Information provided START
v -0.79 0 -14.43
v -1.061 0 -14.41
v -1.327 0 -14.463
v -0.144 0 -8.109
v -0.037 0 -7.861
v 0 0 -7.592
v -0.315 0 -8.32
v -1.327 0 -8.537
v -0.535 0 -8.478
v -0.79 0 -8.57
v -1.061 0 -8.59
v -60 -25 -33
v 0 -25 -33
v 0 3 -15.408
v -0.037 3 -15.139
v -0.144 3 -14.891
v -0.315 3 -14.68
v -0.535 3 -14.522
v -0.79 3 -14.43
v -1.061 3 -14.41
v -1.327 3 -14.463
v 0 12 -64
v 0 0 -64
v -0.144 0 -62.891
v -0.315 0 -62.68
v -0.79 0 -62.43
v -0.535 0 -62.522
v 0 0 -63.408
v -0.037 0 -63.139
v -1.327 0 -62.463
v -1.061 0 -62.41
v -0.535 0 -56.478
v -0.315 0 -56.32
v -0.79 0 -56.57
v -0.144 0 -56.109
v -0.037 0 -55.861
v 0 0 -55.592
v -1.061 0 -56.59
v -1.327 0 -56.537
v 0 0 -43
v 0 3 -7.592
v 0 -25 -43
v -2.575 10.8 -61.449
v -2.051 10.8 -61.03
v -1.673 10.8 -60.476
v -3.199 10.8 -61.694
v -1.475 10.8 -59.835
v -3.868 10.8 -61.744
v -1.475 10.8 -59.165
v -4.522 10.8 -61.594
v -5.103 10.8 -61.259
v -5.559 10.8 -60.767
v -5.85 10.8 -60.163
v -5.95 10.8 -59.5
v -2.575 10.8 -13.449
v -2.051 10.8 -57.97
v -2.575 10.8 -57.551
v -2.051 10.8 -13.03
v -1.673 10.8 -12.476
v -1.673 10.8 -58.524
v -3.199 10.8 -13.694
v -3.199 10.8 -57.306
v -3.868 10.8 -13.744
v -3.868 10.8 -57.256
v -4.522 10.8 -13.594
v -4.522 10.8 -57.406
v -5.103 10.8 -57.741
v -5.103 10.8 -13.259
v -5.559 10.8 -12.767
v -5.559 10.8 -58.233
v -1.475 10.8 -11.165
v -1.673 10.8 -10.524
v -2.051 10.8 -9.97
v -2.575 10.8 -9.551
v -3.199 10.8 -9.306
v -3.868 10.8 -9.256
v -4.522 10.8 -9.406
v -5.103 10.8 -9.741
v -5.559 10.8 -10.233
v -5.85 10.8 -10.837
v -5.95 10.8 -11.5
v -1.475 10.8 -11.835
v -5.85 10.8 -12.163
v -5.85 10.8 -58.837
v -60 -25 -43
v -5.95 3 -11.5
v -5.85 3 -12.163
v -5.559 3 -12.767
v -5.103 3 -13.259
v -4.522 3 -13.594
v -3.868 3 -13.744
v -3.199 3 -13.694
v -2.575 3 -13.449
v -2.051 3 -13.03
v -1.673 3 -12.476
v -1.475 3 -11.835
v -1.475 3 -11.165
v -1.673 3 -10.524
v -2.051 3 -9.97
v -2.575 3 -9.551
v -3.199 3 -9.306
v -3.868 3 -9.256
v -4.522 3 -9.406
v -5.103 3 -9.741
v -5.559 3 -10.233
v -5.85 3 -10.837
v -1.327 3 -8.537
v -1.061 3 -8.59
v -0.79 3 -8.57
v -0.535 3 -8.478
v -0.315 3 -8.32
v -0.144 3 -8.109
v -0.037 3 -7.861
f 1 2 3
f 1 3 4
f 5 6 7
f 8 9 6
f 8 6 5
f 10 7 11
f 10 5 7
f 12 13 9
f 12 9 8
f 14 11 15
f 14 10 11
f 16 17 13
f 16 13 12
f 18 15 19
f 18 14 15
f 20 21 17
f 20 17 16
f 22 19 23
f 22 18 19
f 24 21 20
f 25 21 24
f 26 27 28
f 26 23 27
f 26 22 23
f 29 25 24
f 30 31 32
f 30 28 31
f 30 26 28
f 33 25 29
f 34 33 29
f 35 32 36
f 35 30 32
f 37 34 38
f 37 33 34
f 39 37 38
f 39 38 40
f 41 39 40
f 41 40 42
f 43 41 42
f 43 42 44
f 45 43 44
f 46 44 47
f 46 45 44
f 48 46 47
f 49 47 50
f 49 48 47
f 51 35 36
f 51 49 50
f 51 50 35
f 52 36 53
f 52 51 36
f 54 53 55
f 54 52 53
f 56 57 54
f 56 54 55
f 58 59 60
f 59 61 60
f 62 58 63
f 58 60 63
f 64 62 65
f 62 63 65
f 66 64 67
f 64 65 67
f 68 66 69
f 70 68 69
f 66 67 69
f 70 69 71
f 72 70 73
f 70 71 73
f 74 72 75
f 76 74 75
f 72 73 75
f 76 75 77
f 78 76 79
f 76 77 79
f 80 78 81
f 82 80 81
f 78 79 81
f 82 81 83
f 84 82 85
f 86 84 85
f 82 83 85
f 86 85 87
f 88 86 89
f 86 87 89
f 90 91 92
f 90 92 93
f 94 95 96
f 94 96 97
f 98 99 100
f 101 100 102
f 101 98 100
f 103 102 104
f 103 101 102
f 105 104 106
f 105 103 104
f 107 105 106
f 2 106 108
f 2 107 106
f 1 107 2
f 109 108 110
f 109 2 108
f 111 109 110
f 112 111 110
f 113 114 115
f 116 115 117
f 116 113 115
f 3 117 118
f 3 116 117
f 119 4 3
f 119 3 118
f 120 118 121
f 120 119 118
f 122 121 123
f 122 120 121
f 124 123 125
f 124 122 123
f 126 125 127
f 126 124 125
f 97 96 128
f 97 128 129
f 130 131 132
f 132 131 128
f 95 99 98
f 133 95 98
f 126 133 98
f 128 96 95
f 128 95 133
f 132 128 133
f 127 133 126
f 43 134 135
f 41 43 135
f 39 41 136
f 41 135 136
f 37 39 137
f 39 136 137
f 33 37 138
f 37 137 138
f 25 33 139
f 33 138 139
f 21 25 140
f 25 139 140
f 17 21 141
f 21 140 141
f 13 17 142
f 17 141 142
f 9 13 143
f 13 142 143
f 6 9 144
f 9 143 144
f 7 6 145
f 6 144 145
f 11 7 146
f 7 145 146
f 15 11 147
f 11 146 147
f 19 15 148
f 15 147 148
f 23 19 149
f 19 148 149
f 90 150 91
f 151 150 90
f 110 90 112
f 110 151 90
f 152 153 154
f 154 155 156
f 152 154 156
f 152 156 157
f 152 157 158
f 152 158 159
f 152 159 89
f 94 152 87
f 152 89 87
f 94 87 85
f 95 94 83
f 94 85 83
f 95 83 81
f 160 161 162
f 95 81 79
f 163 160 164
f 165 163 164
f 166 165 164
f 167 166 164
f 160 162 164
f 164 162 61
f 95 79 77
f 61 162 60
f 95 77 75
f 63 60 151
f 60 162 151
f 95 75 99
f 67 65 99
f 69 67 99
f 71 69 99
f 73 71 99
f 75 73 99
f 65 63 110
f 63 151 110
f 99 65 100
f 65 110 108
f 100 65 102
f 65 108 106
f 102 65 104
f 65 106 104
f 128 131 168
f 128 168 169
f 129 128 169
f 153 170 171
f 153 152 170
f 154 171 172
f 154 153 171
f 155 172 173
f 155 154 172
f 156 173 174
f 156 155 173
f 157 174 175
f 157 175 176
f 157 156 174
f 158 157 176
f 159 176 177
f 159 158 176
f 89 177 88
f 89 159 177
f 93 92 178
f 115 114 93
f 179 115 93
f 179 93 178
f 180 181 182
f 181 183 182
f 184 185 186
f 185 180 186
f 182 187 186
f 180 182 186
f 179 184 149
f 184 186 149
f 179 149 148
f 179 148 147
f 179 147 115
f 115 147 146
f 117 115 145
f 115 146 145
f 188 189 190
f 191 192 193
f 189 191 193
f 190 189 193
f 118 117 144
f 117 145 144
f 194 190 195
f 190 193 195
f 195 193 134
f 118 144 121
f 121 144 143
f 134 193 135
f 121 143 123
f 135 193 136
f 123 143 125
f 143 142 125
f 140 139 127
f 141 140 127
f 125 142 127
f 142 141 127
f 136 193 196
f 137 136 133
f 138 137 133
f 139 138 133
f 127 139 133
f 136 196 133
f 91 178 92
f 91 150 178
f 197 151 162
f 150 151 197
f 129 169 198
Information provided END
The answer should consist of the lines from the one with "f 139 138 133" through the last line of the entries, duplicated exactly and nothing more.

> Result:
f 139 138 133
f 127 139 133
f 136 196 133
f 91 178 92
f 91 150 178
f 197 151 162
f 150 151 197
f 129 169 198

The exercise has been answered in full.